# voltage/ tv system change



## dallibee

Hi all

I have just been told that the voltage is different to europe and that the tv system is different too. what to do with my appliances and TVs? do appliances work with voltage converters? what about things like my children's wii games can they be made compatible with japanese TVs? and their DVD players? is the solution to bring one tv with us and just use it for wii games and dvds? what have other expats from europe and australia done?
thanks


----------



## larabell

dallibee said:


> I have just been told that the voltage is different to europe and that the tv system is different too. what to do with my appliances and TVs?


Yes... the voltage is different. It's 100 volts here, versus 120 volts in the US and 220 in the UK. Appliances that support a wide range of voltages (like AC adapters for small electronic devices) should be OK. But TVs, clocks, and other devices that depend on the frequency may not be OK. The line frequency is 50 Hz in Tokyo and the Eastern part of Japan. Check your appliance (or it's AC adapter) to make sure it will work on 100V 50Hz.

Television channel frequencies are also different from those in the US/UK. If you connect your Wii via regular video jacks, no problem. If you have to tune your TV to some specific channel, you're probably in for a surprise. If you bring both the TV and the Wii, you should be OK except for the voltage issue (see above)

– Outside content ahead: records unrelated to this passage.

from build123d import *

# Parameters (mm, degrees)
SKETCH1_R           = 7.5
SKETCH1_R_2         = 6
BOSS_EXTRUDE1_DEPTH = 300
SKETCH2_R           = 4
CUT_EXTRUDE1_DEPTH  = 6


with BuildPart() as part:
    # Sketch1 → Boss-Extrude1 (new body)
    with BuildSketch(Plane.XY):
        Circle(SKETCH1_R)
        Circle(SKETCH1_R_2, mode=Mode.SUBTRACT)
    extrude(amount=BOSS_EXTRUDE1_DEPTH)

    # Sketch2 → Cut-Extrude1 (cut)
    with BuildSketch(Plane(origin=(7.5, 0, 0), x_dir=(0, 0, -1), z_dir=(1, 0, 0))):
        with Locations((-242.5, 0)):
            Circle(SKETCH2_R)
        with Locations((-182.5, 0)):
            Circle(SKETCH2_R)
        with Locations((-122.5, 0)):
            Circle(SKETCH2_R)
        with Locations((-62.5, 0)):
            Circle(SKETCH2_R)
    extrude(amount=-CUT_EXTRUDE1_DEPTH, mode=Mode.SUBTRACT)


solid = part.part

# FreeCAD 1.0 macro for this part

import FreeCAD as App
import Part
import Sketcher
Q = App.Units.Quantity

doc = App.newDocument("Part")
params = doc.addObject("Spreadsheet::Sheet", "Params")
for row, (alias, value) in enumerate([
    ("sketch1_diameter", "15 mm"),
    ("sketch1_diameter2", "12 mm"),
    ("pad1_length", "300 mm"),
    ("sketch2_diameter", "8 mm"),
    ("pocket1_length", "6 mm"),
], start=1):
    params.set(f"A{row}", alias)
    params.set(f"B{row}", "=" + value)
    params.setAlias(f"B{row}", alias)

body = doc.addObject("PartDesign::Body", "Body")

sketch1 = body.newObject("Sketcher::SketchObject", "Sketch")
sketch1.AttachmentSupport = (doc.getObject("XY_Plane"), [""])
sketch1.MapMode = "FlatFace"
sketch1.addGeometry([
    Part.Circle(App.Vector(0, 0, 0), App.Vector(0, 0, 1), 8),
    Part.Circle(App.Vector(0, 0, 0), App.Vector(0, 0, 1), 6),
], False)
sketch1.addConstraint([
    Sketcher.Constraint("Coincident", 0, 3, -1, 1),
    Sketcher.Constraint("Coincident", 1, 3, -1, 1),
    Sketcher.Constraint("Diameter", 0, Q("15 mm")),
    Sketcher.Constraint("Diameter", 1, Q("12 mm")),
])
sketch1.setExpression("Constraints[2]", "Params.sketch1_diameter")
sketch1.setExpression("Constraints[3]", "Params.sketch1_diameter2")
pad1 = body.newObject("PartDesign::Pad", "Pad")
pad1.Profile = sketch1
pad1.setExpression("Length", "Params.pad1_length")

sketch2 = body.newObject("Sketcher::SketchObject", "Sketch001")
sketch2.AttachmentSupport = (doc.getObject("YZ_Plane"), [""])
sketch2.MapMode = "FlatFace"
sketch2.AttachmentOffset = App.Placement(App.Vector(0, 0, 7.5), App.Rotation())
sketch2.addGeometry([
    Part.Circle(App.Vector(0, 242.5, 0), App.Vector(0, 0, 1), 4),
    Part.Circle(App.Vector(0, 182.5, 0), App.Vector(0, 0, 1), 4),
    Part.Circle(App.Vector(0, 122.5, 0), App.Vector(0, 0, 1), 4),
    Part.Circle(App.Vector(0, 62.5, 0), App.Vector(0, 0, 1), 4),
], False)
sketch2.addConstraint([
    Sketcher.Constraint("Equal", 0, 1),
    Sketcher.Constraint("Equal", 1, 2),
    Sketcher.Constraint("Equal", 2, 3),
    Sketcher.Constraint("PointOnObject", 0, 3, -2),
    Sketcher.Constraint("PointOnObject", 1, 3, -2),
    Sketcher.Constraint("PointOnObject", 2, 3, -2),
    Sketcher.Constraint("PointOnObject", 3, 3, -2),
    Sketcher.Constraint("Diameter", 0, Q("8 mm")),
    Sketcher.Constraint("DistanceY", 1, 3, 0, 3, Q("60 mm")),
    Sketcher.Constraint("DistanceY", 2, 3, 1, 3, Q("60 mm")),
    Sketcher.Constraint("DistanceY", 3, 3, 2, 3, Q("60 mm")),
    Sketcher.Constraint("DistanceY", -1, 1, 0, 3, Q("242.5 mm")),
])
sketch2.setExpression("Constraints[7]", "Params.sketch2_diameter")
pocket1 = body.newObject("PartDesign::Pocket", "Pocket")
pocket1.Profile = sketch2
pocket1.setExpression("Length", "Params.pocket1_length")

doc.recompute()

DVD players should work if you bring both the DVD player *and* the DVDs. The DVD region in Japan is region 2 so disks from the US will not play on local players nor vice-versa. However, I believe the UK is also region 2 so you may luck out there.


----------



## dallibee

larabell said:


> Yes... the voltage is different. It's 100 volts here, versus 120 volts in the US and 220 in the UK. Appliances that support a wide range of voltages (like AC adapters for small electronic devices) should be OK. But TVs, clocks, and other devices that depend on the frequency may not be OK. The line frequency is 50 Hz in Tokyo and the Eastern part of Japan. Check your appliance (or it's AC adapter) to make sure it will work on 100V 50Hz.
> 
> Television channel frequencies are also different from those in the US/UK. If you connect your Wii via regular video jacks, no problem. If you have to tune your TV to some specific channel, you're probably in for a surprise. If you bring both the TV and the Wii, you should be OK except for the voltage issue (see above)
> 
> DVD players should work if you bring both the DVD player *and* the DVDs. The DVD region in Japan is region 2 so disks from the US will not play on local players nor vice-versa. However, I believe the UK is also region 2 so you may luck out there.


Thank you  now i am going to walk around the house checking the voltage on everything to see if it can come with us, I am very happy to find that my imac and other apple paraphernalia has made it to the "take with" pile


----------



## pasturesnew

dallibee said:


> Thank you  now i am going to walk around the house checking the voltage on everything to see if it can come with us, I am very happy to find that my imac and other apple paraphernalia has made it to the "take with" pile


Im no sparky but in the UK our power source is AC 220-240V, my TV is 50/60 HZ. In Japan power source is AC 100V 50HZ. I believe the only hurdle to overcome is power, problem solved with the purchase of a power invertor...
Want to guarantee to be able to view your current collection of DVD's, then simply take your DVD player with you..., again purchasing an appropriate power convertor...

And there should be no problem with laptops as input range is 100v - 240v, all you will need is a plug adapter.


----------



## dallibee

pasturesnew said:


> Im no sparky but in the UK our power source is AC 220-240V, my TV is 50/60 HZ. In Japan power source is AC 100V 50HZ. I believe the only hurdle to overcome is power, problem solved with the purchase of a power invertor...
> Want to guarantee to be able to view your current collection of DVD's, then simply take your DVD player with you..., again purchasing an appropriate power convertor...
> 
> And there should be no problem with laptops as input range is 100v - 240v, all you will need is a plug adapter.


thanks. we are going to take one tv and it supports 100 volts. just for the dvd players and wii and then we will buy/rent a tv there for watching tv.


----------